• MATERIAL PROVIDED:
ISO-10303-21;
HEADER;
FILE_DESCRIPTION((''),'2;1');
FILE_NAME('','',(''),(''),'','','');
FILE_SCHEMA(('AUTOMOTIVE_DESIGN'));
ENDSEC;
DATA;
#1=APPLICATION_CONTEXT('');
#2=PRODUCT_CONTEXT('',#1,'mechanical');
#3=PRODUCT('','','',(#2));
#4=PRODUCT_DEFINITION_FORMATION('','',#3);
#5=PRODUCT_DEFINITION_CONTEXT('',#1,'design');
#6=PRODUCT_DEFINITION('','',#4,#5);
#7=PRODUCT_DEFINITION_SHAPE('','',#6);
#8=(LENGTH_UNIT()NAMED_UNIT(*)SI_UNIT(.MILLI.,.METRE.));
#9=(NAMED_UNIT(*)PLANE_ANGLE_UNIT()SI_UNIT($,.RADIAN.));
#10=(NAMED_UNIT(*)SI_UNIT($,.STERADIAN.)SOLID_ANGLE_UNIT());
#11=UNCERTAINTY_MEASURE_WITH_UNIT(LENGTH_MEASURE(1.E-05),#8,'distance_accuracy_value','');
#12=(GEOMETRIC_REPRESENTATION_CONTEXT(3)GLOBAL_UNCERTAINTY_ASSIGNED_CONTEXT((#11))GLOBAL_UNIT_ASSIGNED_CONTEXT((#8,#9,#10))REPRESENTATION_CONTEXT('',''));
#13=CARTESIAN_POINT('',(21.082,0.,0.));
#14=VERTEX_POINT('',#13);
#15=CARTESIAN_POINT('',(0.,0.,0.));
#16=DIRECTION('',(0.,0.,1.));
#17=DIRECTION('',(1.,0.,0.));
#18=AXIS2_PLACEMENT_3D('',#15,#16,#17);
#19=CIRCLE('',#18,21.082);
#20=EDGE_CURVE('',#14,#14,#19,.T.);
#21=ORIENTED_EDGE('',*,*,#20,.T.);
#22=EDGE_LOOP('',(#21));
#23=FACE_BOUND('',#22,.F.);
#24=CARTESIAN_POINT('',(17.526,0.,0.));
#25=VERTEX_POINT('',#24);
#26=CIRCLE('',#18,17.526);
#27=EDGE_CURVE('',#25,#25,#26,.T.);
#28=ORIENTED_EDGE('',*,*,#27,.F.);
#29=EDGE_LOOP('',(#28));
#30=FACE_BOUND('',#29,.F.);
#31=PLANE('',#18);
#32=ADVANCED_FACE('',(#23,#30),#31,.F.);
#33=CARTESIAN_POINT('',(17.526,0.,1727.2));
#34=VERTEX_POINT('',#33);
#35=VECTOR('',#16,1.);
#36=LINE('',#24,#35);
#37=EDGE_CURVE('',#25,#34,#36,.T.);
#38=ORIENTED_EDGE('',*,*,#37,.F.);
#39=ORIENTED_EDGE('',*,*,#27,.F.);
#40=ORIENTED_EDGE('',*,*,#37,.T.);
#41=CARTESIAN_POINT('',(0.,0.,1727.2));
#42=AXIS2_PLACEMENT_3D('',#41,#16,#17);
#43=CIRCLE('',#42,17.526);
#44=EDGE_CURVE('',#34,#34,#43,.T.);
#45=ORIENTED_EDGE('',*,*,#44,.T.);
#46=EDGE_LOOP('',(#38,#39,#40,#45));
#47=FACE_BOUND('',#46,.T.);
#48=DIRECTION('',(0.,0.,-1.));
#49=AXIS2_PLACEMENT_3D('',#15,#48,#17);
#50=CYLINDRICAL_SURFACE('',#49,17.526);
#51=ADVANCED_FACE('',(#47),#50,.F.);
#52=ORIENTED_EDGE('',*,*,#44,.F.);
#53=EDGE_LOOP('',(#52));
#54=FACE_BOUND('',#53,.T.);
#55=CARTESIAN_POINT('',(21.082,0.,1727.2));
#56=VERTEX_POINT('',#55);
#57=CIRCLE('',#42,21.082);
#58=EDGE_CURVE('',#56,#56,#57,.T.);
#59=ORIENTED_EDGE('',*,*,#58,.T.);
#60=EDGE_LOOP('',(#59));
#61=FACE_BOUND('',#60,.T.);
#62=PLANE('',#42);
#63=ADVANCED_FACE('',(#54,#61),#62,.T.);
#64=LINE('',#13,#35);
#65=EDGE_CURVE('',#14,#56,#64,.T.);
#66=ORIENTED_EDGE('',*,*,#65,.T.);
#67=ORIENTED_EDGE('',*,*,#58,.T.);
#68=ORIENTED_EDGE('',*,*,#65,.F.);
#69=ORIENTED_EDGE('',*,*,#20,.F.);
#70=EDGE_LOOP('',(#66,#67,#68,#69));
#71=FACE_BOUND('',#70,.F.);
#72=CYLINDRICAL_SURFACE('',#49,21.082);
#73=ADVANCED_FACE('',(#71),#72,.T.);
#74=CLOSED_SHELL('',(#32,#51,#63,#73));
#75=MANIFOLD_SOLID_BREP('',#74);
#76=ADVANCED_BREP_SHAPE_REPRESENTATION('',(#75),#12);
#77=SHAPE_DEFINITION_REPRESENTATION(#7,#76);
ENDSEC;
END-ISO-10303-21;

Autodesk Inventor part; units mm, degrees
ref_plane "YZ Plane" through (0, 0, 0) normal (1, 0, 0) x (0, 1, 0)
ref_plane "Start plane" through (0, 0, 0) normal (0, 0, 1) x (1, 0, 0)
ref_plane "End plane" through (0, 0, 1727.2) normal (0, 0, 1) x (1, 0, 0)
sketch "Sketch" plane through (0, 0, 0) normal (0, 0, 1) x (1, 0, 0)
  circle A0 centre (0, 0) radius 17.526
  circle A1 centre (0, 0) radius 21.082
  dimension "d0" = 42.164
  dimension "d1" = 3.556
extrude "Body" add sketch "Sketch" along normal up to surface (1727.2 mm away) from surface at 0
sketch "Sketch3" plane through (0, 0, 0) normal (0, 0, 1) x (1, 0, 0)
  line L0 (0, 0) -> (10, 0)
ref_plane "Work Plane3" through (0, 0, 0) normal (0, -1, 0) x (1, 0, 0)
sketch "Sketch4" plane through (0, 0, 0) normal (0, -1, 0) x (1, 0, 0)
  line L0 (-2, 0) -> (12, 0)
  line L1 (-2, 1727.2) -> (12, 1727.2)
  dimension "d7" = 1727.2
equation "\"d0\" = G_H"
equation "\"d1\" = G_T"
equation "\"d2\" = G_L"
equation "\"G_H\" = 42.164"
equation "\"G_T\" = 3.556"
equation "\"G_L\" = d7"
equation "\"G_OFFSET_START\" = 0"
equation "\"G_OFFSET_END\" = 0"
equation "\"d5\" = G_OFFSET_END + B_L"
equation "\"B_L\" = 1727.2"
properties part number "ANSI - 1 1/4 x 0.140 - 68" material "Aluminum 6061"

• PROMPT: Every line above from the line with "#68=ORIENTED_EDGE('',*,*,#65,.F.);" to the line with "END-ISO-10303-21;", both included, must be reproduced exactly, and no other line may appear.

• ANSWER TO THE EXERCISE:
#68=ORIENTED_EDGE('',*,*,#65,.F.);
#69=ORIENTED_EDGE('',*,*,#20,.F.);
#70=EDGE_LOOP('',(#66,#67,#68,#69));
#71=FACE_BOUND('',#70,.F.);
#72=CYLINDRICAL_SURFACE('',#49,21.082);
#73=ADVANCED_FACE('',(#71),#72,.T.);
#74=CLOSED_SHELL('',(#32,#51,#63,#73));
#75=MANIFOLD_SOLID_BREP('',#74);
#76=ADVANCED_BREP_SHAPE_REPRESENTATION('',(#75),#12);
#77=SHAPE_DEFINITION_REPRESENTATION(#7,#76);
ENDSEC;
END-ISO-10303-21;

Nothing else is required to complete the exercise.